Sample sampler 样品取样器
Specifies the sampler to use for image generation . Many of the samplers specified here are the same as the samplers provided in the Stable Diffusion Web UI , so please refer to the web UI explanation site for details.指定用于图像生成的采样器。这里指定的许多采样器与 Stable Diffusion Web UI 中提供的采样器相同,因此请参阅 Web UI 解释网站了解详细信息。 The default is euler_a.
默认为 euler_a。
Sample prompts 提示示例
Enter the prompt here.在此输入提示。 However, you can enter other settings here than just prompts. If you want to enter other settings, specify the setting by combining two minus letters and alphabets like “—n”. For example, if you want to put “white, dog” in the negative prompt, write “—n white, dog”.
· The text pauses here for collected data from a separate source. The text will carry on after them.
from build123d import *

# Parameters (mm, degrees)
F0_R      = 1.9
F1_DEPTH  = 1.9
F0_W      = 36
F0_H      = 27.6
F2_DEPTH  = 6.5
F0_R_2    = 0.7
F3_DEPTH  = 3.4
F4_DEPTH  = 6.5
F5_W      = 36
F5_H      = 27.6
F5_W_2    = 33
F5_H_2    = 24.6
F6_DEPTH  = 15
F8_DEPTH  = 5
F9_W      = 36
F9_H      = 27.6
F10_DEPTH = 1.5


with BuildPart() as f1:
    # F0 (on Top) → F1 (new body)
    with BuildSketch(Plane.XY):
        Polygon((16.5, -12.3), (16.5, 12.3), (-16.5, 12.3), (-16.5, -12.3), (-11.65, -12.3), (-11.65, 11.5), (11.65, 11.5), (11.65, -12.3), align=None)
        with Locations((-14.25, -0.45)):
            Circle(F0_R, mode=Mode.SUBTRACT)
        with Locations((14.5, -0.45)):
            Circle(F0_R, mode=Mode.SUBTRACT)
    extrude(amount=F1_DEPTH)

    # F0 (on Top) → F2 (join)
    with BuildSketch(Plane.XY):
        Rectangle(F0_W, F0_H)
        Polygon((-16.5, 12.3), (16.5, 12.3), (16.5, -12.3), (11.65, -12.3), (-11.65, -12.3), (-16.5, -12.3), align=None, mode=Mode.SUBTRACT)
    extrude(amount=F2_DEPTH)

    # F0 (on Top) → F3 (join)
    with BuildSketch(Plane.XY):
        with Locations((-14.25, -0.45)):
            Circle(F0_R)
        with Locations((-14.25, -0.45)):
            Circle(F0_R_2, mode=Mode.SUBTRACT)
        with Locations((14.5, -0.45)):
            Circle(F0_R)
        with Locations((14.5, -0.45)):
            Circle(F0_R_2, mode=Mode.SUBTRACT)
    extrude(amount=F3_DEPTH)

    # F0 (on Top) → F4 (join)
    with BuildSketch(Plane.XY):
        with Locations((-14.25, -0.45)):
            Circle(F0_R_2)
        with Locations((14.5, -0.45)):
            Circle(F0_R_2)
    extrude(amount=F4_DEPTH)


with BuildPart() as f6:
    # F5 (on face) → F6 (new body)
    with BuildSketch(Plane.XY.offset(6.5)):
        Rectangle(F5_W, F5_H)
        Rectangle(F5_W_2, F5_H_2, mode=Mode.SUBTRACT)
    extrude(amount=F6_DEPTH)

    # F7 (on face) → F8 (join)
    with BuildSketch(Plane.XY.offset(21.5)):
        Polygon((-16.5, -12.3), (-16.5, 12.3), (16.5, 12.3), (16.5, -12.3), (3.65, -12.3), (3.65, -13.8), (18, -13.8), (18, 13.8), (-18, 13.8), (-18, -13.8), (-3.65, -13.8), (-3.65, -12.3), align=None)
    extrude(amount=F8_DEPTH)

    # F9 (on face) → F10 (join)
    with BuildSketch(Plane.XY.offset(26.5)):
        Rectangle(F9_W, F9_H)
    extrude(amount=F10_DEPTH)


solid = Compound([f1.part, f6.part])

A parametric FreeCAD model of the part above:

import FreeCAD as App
import Part
import Sketcher

V = App.Vector


def add_polygon(sketch, points):
    """Adds a closed chain of lines whose ends are joined by coincident constraints."""
    first, n = sketch.GeometryCount, len(points)
    for a, b in zip(points, points[1:] + points[:1]):
        sketch.addGeometry(Part.LineSegment(App.Vector(*a, 0), App.Vector(*b, 0)), False)
    for i in range(n):
        sketch.addConstraint(Sketcher.Constraint("Coincident", first + i, 2, first + (i + 1) % n, 1))

doc = App.newDocument("Part")
body = doc.addObject("PartDesign::Body", "Body")

sketch1 = doc.addObject("Sketcher::SketchObject", "Sketch")
body.addObject(sketch1)
sketch1.AttachmentSupport = (doc.XY_Plane, [""])
sketch1.MapMode = "FlatFace"
add_polygon(sketch1, [(16.5, -12.3), (16.5, 12.3), (-16.5, 12.3), (-16.5, -12.3), (-11.7, -12.3), (-11.7, 11.5), (11.7, 11.5), (11.7, -12.3)])
sketch1.addGeometry(Part.Circle(V(-14.2, -0.5, 0), V(0, 0, 1), 1.9), False)
sketch1.addGeometry(Part.Circle(V(14.5, -0.5, 0), V(0, 0, 1), 1.9), False)
sketch1.addConstraint([
    Sketcher.Constraint("Vertical", 0),
    Sketcher.Constraint("Horizontal", 1),
    Sketcher.Constraint("Vertical", 2),
    Sketcher.Constraint("Horizontal", 3),
    Sketcher.Constraint("Vertical", 4),
    Sketcher.Constraint("Horizontal", 5),
    Sketcher.Constraint("Vertical", 6),
    Sketcher.Constraint("Horizontal", 7),
    Sketcher.Constraint("Equal", 8, 9),
    Sketcher.Constraint("Symmetric", 0, 2, 2, 2, -1, 1),
    Sketcher.Constraint("Symmetric", 3, 2, 6, 2, -2),
    Sketcher.Constraint("Horizontal", 8, 3, 9, 3),
    Sketcher.Constraint("Diameter", 8, 3.8),
    Sketcher.Constraint("DistanceX", 1, 2, 1, 1, 33.0),
    Sketcher.Constraint("DistanceX", 5, 1, 5, 2, 23.3),
    Sketcher.Constraint("DistanceY", 0, 1, 0, 2, 24.6),
    Sketcher.Constraint("DistanceY", 4, 1, 4, 2, 23.8),
    Sketcher.Constraint("DistanceX", 9, 3, 0, 2, 2.0),
    Sketcher.Constraint("DistanceX", 8, 3, 3, 2, 2.6),
    Sketcher.Constraint("DistanceY", 8, 3, -1, 1, 0.45),
])
pad1 = doc.addObject("PartDesign::Pad", "Pad")
body.addObject(pad1)
pad1.Profile = sketch1
pad1.Length = 1.9

sketch2 = doc.addObject("Sketcher::SketchObject", "Sketch001")
body.addObject(sketch2)
sketch2.AttachmentSupport = (doc.XY_Plane, [""])
sketch2.MapMode = "FlatFace"
add_polygon(sketch2, [(-18, 14), (-18, -14), (18, -14), (18, 14)])
add_polygon(sketch2, [(-16, -12), (-16, 12), (16, 12), (16, -12)])
sketch2.addConstraint([
    Sketcher.Constraint("Vertical", 0),
    Sketcher.Constraint("Horizontal", 1),
    Sketcher.Constraint("Vertical", 2),
    Sketcher.Constraint("Horizontal", 3),
    Sketcher.Constraint("Vertical", 4),
    Sketcher.Constraint("Horizontal", 5),
    Sketcher.Constraint("Vertical", 6),
    Sketcher.Constraint("Horizontal", 7),
    Sketcher.Constraint("Symmetric", 0, 2, 2, 2, -1, 1),
    Sketcher.Constraint("Symmetric", 4, 2, 6, 2, -1, 1),
    Sketcher.Constraint("DistanceX", 1, 1, 1, 2, 36.0),
    Sketcher.Constraint("DistanceX", 5, 1, 5, 2, 33.0),
    Sketcher.Constraint("DistanceY", 0, 2, 0, 1, 27.6),
    Sketcher.Constraint("DistanceY", 4, 1, 4, 2, 24.6),
])
pad2 = doc.addObject("PartDesign::Pad", "Pad001")
body.addObject(pad2)
pad2.Profile = sketch2
pad2.Length = 6.5

sketch3 = doc.addObject("Sketcher::SketchObject", "Sketch002")
body.addObject(sketch3)
sketch3.AttachmentSupport = (doc.XY_Plane, [""])
sketch3.MapMode = "FlatFace"
sketch3.addGeometry([
    Part.Circle(V(-14.2, -0.5, 0), V(0, 0, 1), 1.9),
    Part.Circle(V(-14.2, -0.5, 0), V(0, 0, 1), 0.7),
    Part.Circle(V(14.5, -0.5, 0), V(0, 0, 1), 1.9),
    Part.Circle(V(14.5, -0.5, 0), V(0, 0, 1), 0.7),
], False)
sketch3.addConstraint([
    Sketcher.Constraint("Coincident", 1, 3, 0, 3),
    Sketcher.Constraint("Coincident", 3, 3, 2, 3),
    Sketcher.Constraint("Equal", 0, 2),
    Sketcher.Constraint("Equal", 1, 3),
    Sketcher.Constraint("Horizontal", 1, 3, 2, 3),
    Sketcher.Constraint("Diameter", 0, 3.8),
    Sketcher.Constraint("Diameter", 1, 1.4),
    Sketcher.Constraint("DistanceX", -1, 1, 2, 3, 14.5),
    Sketcher.Constraint("DistanceX", 0, 3, -1, 1, 14.25),
    Sketcher.Constraint("DistanceY", 0, 3, -1, 1, 0.45),
])
pad3 = doc.addObject("PartDesign::Pad", "Pad002")
body.addObject(pad3)
pad3.Profile = sketch3
pad3.Length = 3.4

sketch4 = doc.addObject("Sketcher::SketchObject", "Sketch003")
body.addObject(sketch4)
sketch4.AttachmentSupport = (doc.XY_Plane, [""])
sketch4.MapMode = "FlatFace"
sketch4.addGeometry([
    Part.Circle(V(-14.2, -0.5, 0), V(0, 0, 1), 0.7),
    Part.Circle(V(14.5, -0.5, 0), V(0, 0, 1), 0.7),
], False)
sketch4.addConstraint([
    Sketcher.Constraint("Equal", 0, 1),
    Sketcher.Constraint("Horizontal", 0, 3, 1, 3),
    Sketcher.Constraint("Diameter", 0, 1.4),
    Sketcher.Constraint("DistanceX", -1, 1, 1, 3, 14.5),
    Sketcher.Constraint("DistanceX", 0, 3, -1, 1, 14.25),
    Sketcher.Constraint("DistanceY", 0, 3, -1, 1, 0.45),
])
pad4 = doc.addObject("PartDesign::Pad", "Pad003")
body.addObject(pad4)
pad4.Profile = sketch4
pad4.Length = 6.5
body2 = doc.addObject("PartDesign::Body", "Body001")

sketch5 = doc.addObject("Sketcher::SketchObject", "Sketch004")
body2.addObject(sketch5)
sketch5.AttachmentSupport = (doc.getObject("XY_Plane001"), [""])
sketch5.MapMode = "FlatFace"
sketch5.AttachmentOffset = App.Placement(V(0, 0, 6.5), App.Rotation())
add_polygon(sketch5, [(-18, 14), (-18, -14), (18, -14), (18, 14)])
add_polygon(sketch5, [(16, -12), (-16, -12), (-16, 12), (16, 12)])
sketch5.addConstraint([
    Sketcher.Constraint("Vertical", 0),
    Sketcher.Constraint("Horizontal", 1),
    Sketcher.Constraint("Vertical", 2),
    Sketcher.Constraint("Horizontal", 3),
    Sketcher.Constraint("Horizontal", 4),
    Sketcher.Constraint("Vertical", 5),
    Sketcher.Constraint("Horizontal", 6),
    Sketcher.Constraint("Vertical", 7),
    Sketcher.Constraint("Symmetric", 0, 2, 2, 2, -1, 1),
    Sketcher.Constraint("Symmetric", 4, 2, 6, 2, -1, 1),
    Sketcher.Constraint("DistanceX", 1, 1, 1, 2, 36.0),
    Sketcher.Constraint("DistanceX", 4, 2, 4, 1, 33.0),
    Sketcher.Constraint("DistanceY", 0, 2, 0, 1, 27.6),
    Sketcher.Constraint("DistanceY", 5, 1, 5, 2, 24.6),
])
pad5 = doc.addObject("PartDesign::Pad", "Pad004")
body2.addObject(pad5)
pad5.Profile = sketch5
pad5.Length = 15

sketch6 = doc.addObject("Sketcher::SketchObject", "Sketch005")
body2.addObject(sketch6)
sketch6.AttachmentSupport = (doc.getObject("XY_Plane001"), [""])
sketch6.MapMode = "FlatFace"
sketch6.AttachmentOffset = App.Placement(V(0, 0, 21.5), App.Rotation())
add_polygon(sketch6, [(-16.5, -12.3), (-16.5, 12.3), (16.5, 12.3), (16.5, -12.3), (3.6, -12.3), (3.6, -13.8), (18, -13.8), (18, 13.8), (-18, 13.8), (-18, -13.8), (-3.6, -13.8), (-3.6, -12.3)])
sketch6.addConstraint([
    Sketcher.Constraint("Vertical", 0),
    Sketcher.Constraint("Horizontal", 1),
    Sketcher.Constraint("Vertical", 2),
    Sketcher.Constraint("Horizontal", 3),
    Sketcher.Constraint("Vertical", 4),
    Sketcher.Constraint("Horizontal", 5),
    Sketcher.Constraint("Vertical", 6),
    Sketcher.Constraint("Horizontal", 7),
    Sketcher.Constraint("Vertical", 8),
    Sketcher.Constraint("Horizontal", 9),
    Sketcher.Constraint("Vertical", 10),
    Sketcher.Constraint("Horizontal", 11),
    Sketcher.Constraint("Symmetric", 0, 2, 2, 2, -1, 1),
    Sketcher.Constraint("Symmetric", 5, 2, 7, 2, -1, 1),
    Sketcher.Constraint("Symmetric", 4, 2, 9, 2, -2),
    Sketcher.Constraint("Horizontal", 3, 2, 10, 2),
    Sketcher.Constraint("DistanceX", 1, 1, 1, 2, 33.0),
    Sketcher.Constraint("DistanceX", 7, 2, 7, 1, 36.0),
    Sketcher.Constraint("DistanceY", 0, 1, 0, 2, 24.6),
    Sketcher.Constraint("DistanceY", 4, 2, 4, 1, 1.5),
    Sketcher.Constraint("DistanceX", 3, 2, 3, 1, 12.85),
])
pad6 = doc.addObject("PartDesign::Pad", "Pad005")
body2.addObject(pad6)
pad6.Profile = sketch6
pad6.Length = 5

sketch7 = doc.addObject("Sketcher::SketchObject", "Sketch006")
body2.addObject(sketch7)
sketch7.AttachmentSupport = (doc.getObject("XY_Plane001"), [""])
sketch7.MapMode = "FlatFace"
sketch7.AttachmentOffset = App.Placement(V(0, 0, 26.5), App.Rotation())
add_polygon(sketch7, [(-18, 14), (-18, -14), (18, -14), (18, 14)])
sketch7.addConstraint([
    Sketcher.Constraint("Vertical", 0),
    Sketcher.Constraint("Horizontal", 1),
    Sketcher.Constraint("Vertical", 2),
    Sketcher.Constraint("Horizontal", 3),
    Sketcher.Constraint("Symmetric", 0, 2, 2, 2, -1, 1),
    Sketcher.Constraint("DistanceX", 1, 1, 1, 2, 36.0),
    Sketcher.Constraint("DistanceY", 0, 2, 0, 1, 27.6),
])
pad7 = doc.addObject("PartDesign::Pad", "Pad006")
body2.addObject(pad7)
pad7.Profile = sketch7
pad7.Length = 1.5

doc.recompute()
但是,您可以在此处输入除提示之外的其他设置。如果要输入其他设置,请通过组合两个减号字母和字母(如“—n”)来指定设置。例如,如果您想在否定提示中输入“white,dog”,请写“—nwhite,dog”。 Here are some commonly used settings:
以下是一些常用的设置: —n: negative prompt —n: 否定提示 —w: image width —w:图像宽度 —h: image height —h:图像高度 —d: Seeds —d:种子 —l: CFG Scale —l: CFG 比例 —s: number of steps
—s:步数 Default is blank. When the field is blank, the description example is displayed in faint color, so please refer to it.
默认为空。当该字段为空时,描述示例会以淡色显示,因此请参考。